Damodar K. Mavalankar (born September 1857 in Ahmedabad - departed for the Himalayas 1885) was an Indian Theosophist.

==Biography==
He was born in the family of the Karhâda Mahârashtra caste of Brâhmanas, a wealthy Indian family. Apart from learning the tenets of his religion by his father from an early age, he also received a very good English education.

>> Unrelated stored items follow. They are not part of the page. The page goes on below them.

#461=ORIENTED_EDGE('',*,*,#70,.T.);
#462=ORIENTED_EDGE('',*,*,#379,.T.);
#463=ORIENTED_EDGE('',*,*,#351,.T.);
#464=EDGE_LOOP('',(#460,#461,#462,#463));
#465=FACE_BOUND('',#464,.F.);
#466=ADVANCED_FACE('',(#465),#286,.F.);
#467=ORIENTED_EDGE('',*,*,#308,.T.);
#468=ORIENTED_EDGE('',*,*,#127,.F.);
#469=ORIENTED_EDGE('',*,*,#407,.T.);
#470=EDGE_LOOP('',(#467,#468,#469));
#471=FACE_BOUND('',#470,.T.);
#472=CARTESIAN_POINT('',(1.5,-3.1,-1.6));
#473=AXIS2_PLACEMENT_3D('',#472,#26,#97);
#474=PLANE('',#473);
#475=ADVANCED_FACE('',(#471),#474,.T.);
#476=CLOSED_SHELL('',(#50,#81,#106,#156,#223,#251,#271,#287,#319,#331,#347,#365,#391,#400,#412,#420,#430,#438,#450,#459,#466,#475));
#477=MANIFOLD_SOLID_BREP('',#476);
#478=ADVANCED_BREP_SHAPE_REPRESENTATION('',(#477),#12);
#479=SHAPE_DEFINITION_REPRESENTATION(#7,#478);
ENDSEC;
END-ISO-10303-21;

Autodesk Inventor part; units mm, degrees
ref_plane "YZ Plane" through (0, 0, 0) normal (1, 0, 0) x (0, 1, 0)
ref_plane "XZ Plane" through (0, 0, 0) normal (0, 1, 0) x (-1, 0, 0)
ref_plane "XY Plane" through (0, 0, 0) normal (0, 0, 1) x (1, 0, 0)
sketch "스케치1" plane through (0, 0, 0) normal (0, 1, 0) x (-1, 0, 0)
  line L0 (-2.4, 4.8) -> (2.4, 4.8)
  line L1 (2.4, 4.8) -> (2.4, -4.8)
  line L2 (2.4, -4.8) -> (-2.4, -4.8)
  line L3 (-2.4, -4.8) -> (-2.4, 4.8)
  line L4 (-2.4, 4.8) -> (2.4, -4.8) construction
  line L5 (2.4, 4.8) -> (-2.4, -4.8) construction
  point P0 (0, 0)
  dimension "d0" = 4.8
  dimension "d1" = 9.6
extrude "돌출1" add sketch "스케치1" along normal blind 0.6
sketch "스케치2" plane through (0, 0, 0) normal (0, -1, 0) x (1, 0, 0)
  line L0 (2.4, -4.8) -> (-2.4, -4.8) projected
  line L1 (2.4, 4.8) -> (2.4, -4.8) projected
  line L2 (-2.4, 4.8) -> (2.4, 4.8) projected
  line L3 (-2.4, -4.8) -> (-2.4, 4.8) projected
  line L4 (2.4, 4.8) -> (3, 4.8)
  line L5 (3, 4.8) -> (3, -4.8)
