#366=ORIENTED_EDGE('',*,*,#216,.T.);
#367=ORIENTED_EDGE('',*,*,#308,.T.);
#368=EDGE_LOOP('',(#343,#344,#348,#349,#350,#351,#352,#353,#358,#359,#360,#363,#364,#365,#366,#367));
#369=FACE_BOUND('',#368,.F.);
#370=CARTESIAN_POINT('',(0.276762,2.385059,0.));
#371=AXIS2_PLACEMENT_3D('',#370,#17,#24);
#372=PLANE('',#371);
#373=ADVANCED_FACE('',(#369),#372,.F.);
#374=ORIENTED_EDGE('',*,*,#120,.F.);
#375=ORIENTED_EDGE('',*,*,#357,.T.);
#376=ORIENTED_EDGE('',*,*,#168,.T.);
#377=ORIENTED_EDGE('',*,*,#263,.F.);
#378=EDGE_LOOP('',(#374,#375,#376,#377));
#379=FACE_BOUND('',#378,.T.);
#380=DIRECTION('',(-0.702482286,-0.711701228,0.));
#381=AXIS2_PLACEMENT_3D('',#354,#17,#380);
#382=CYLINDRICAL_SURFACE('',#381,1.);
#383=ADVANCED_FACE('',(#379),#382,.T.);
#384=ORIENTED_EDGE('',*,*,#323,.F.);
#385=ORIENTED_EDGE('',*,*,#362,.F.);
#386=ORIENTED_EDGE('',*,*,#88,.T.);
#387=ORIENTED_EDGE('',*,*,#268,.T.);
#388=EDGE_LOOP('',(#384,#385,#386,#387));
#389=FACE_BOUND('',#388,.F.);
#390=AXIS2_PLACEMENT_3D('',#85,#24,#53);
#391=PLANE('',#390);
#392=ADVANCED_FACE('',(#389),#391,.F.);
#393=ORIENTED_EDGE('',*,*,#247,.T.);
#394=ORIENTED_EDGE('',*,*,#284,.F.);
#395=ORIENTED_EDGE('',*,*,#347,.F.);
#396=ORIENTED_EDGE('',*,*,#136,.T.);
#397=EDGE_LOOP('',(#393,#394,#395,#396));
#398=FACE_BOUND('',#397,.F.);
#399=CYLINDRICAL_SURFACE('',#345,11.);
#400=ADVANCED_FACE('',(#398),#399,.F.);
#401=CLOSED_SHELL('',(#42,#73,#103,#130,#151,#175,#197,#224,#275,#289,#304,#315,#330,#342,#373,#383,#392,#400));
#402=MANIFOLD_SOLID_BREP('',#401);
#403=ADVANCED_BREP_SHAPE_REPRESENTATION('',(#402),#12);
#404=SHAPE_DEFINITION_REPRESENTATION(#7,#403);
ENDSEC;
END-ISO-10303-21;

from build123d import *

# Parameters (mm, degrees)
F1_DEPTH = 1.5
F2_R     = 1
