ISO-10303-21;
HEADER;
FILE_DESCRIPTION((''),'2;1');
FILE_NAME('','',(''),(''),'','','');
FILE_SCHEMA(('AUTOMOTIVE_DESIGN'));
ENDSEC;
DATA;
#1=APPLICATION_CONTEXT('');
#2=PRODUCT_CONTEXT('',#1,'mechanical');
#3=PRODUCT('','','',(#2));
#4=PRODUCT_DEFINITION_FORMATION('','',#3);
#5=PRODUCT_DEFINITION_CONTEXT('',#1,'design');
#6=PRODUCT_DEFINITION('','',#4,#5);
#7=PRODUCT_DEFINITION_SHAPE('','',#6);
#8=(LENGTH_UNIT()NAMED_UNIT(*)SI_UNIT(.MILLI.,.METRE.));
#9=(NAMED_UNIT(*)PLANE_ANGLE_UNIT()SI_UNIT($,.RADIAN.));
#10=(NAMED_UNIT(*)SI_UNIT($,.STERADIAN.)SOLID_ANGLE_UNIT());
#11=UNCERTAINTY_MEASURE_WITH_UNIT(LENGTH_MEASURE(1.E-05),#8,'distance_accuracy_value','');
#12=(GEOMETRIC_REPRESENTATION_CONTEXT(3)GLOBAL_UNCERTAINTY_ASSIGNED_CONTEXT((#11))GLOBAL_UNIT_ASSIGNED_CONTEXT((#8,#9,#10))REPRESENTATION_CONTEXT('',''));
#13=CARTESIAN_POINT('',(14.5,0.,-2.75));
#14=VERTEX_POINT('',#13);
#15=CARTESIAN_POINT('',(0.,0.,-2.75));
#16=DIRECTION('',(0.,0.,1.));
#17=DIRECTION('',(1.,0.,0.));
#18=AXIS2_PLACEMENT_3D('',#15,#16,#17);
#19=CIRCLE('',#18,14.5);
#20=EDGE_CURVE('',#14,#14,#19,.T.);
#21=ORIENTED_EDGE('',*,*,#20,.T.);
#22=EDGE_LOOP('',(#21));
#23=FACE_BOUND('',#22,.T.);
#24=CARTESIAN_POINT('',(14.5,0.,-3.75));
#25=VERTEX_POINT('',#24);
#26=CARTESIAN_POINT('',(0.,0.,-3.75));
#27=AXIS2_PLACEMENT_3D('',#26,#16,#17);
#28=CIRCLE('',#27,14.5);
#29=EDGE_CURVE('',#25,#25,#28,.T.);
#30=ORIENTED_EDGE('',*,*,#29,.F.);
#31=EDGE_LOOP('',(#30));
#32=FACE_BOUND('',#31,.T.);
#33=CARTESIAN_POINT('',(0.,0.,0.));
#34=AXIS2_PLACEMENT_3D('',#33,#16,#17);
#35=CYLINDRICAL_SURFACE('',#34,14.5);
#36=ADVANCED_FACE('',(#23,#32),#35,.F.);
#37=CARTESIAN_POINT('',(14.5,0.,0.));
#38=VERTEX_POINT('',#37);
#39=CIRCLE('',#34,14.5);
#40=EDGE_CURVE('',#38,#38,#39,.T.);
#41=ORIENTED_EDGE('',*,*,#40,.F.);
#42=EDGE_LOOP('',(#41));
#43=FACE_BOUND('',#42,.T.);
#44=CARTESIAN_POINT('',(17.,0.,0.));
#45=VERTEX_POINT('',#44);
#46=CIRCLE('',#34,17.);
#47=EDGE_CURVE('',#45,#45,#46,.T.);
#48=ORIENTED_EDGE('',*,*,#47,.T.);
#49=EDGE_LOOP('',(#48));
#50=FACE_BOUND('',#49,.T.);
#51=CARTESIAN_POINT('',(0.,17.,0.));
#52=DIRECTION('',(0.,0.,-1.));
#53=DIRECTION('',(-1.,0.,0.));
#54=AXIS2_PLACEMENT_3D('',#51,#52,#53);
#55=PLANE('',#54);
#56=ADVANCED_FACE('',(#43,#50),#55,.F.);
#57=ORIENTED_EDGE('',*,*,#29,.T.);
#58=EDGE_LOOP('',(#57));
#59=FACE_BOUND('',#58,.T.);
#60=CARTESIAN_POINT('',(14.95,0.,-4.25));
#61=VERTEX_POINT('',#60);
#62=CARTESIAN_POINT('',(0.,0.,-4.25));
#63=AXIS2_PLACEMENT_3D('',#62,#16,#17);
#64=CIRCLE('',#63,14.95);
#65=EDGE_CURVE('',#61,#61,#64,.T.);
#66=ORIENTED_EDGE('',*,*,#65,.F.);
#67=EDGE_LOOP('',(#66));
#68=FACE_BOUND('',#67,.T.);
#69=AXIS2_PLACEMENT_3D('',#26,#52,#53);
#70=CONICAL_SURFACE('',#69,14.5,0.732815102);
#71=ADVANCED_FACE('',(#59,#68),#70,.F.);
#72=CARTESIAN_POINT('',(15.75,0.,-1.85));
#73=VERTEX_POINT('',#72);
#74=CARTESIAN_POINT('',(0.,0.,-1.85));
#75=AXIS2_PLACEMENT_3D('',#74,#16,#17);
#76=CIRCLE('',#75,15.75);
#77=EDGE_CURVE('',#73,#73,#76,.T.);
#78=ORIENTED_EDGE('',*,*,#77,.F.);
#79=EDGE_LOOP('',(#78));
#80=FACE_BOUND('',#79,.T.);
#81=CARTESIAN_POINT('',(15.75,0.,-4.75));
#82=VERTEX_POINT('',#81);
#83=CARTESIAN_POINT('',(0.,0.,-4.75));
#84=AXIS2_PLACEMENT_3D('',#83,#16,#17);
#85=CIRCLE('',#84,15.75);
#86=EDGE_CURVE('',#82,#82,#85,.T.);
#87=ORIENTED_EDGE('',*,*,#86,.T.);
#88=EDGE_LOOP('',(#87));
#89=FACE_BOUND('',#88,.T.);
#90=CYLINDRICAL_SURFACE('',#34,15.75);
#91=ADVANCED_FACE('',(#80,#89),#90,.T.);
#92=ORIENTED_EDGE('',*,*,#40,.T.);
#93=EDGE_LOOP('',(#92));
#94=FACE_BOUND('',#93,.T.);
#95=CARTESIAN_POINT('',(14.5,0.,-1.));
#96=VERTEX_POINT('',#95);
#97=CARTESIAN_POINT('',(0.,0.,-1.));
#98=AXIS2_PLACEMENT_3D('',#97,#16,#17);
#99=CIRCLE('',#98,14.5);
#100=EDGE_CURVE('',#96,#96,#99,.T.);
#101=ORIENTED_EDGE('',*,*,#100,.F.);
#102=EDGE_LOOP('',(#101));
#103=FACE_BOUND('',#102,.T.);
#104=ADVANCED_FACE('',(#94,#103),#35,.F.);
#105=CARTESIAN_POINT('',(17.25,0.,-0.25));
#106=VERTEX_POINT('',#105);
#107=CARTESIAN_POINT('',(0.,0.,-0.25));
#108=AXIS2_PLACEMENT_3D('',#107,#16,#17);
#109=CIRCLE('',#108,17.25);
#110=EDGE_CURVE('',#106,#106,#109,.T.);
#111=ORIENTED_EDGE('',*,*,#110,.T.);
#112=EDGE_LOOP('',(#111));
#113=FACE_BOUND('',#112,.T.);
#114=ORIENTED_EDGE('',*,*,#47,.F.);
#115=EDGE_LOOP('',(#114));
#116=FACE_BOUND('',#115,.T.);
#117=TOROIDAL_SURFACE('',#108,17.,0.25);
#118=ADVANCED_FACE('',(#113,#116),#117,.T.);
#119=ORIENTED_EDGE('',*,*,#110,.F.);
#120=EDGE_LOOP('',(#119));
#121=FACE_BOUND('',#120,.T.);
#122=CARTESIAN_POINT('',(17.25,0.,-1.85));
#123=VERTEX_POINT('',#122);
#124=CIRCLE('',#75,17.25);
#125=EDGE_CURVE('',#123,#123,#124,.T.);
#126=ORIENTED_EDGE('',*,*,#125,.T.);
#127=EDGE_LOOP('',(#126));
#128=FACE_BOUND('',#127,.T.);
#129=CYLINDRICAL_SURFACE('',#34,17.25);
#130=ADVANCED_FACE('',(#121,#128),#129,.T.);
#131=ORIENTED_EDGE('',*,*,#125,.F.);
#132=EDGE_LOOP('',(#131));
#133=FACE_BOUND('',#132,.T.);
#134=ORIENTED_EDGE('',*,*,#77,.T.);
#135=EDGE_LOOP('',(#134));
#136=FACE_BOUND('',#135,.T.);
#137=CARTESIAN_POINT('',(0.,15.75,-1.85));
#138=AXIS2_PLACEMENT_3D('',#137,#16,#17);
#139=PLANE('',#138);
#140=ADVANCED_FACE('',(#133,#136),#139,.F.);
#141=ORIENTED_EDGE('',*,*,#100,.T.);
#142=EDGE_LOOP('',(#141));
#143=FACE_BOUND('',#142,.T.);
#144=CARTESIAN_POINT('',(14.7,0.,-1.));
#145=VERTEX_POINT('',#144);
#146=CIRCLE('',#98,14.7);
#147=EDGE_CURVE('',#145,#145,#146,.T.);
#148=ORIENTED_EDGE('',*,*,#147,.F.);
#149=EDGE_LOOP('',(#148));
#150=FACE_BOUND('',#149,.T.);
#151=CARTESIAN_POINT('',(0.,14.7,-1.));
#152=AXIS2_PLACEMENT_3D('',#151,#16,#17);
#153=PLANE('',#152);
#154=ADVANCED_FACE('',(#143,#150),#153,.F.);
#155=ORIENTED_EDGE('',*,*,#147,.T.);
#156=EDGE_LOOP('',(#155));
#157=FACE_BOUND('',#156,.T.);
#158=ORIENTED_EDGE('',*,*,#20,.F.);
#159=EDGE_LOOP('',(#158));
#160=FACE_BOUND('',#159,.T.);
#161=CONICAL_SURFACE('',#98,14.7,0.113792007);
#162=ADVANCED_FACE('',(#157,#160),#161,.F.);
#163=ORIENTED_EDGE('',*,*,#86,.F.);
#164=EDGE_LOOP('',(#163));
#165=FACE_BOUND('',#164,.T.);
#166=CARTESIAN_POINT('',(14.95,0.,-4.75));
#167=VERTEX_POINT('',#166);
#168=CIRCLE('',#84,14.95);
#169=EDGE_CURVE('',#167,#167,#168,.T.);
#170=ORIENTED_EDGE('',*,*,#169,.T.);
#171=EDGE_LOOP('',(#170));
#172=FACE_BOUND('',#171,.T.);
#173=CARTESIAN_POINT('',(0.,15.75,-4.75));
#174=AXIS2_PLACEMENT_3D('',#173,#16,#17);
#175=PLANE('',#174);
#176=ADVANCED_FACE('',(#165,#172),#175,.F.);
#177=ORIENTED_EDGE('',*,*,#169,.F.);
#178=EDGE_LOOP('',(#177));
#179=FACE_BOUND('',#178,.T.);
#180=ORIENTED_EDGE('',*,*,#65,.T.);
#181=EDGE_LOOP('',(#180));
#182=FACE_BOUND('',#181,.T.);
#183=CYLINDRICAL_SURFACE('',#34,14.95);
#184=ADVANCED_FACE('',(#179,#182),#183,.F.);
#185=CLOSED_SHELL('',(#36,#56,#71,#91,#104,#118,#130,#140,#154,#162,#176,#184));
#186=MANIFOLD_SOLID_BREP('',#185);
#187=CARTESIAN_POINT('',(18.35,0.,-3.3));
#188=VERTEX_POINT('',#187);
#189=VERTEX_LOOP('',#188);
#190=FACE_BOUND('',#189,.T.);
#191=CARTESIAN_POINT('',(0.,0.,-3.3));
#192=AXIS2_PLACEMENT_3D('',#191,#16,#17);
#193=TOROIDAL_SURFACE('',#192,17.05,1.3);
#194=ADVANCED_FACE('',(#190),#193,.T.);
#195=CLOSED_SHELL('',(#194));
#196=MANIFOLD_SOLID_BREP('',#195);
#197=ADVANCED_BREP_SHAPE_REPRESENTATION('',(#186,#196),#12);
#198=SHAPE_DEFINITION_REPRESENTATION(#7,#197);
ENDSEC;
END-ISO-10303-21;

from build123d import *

# Parameters (mm, degrees)
SKETCH2_R = 1.3


with BuildPart() as part:
    # Sketch1 → Revolve1 (revolve)
    with BuildSketch(Plane(origin=(0, 0, 0), x_dir=(0, 0, -1), z_dir=(1, 0, 0)), mode=Mode.PRIVATE) as revolve1_sk:
        with BuildLine():
            Line((0.25, 17.25), (1.85, 17.25))
            Line((1.85, 17.25), (1.85, 15.75))
            Line((1.85, 15.75), (4.75, 15.75))
            Line((4.75, 15.75), (4.75, 14.95))
            Line((4.75, 14.95), (4.25, 14.95))
            Line((4.25, 14.95), (3.75, 14.5))
            Line((3.75, 14.5), (2.75, 14.5))
            Line((2.75, 14.5), (1, 14.7))
            Line((1, 14.7), (1, 14.5))
            Line((1, 14.5), (0, 14.5))
            Line((0, 14.5), (0, 17))
            ThreePointArc((0, 17), (0.073223305, 17.176776695), (0.25, 17.25))
        make_face()
    revolve(revolve1_sk.sketch.rotate(Axis((0, 0, 0), (0, 0, -1)), 90), axis=Axis((0, 0, 0), (0, 0, -1)))


with BuildPart() as body_2:
    # Sketch2 → Revolve2 (revolve)
    with BuildSketch(Plane(origin=(0, 0, 0), x_dir=(0, 0, -1), z_dir=(1, 0, 0)), mode=Mode.PRIVATE) as revolve2_sk:
        with Locations((3.3, 17.05)):
            Circle(SKETCH2_R)
    revolve(revolve2_sk.sketch.rotate(Axis((0, 0, 0), (0, 0, -1)), 270), axis=Axis((0, 0, 0), (0, 0, -1)))


solid = Compound([part.part, body_2.part])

In 1879 he met Henry Steel Olcott and H. P. Blavatsky in Bombay, after they had just established the Theosophical Society's temporary Indian headquarters there. Damodar joined the Society in 1879, giving up his caste, and in 1880, he officially became a Buddhist while in Sri Lanka, along with Henry Steel Olcott and H. P. Blavatsky. His actions displeased his family and led to conflict, due to them desiring him to return home and live with his wife who was betrothed to him in his childhood, or face the consequences of being cut out of his will. In response to this, Damodar gave up an income of 50,000 Indian rupees to provide for the future of his wife, and continued to live and work with the Theosophical founders.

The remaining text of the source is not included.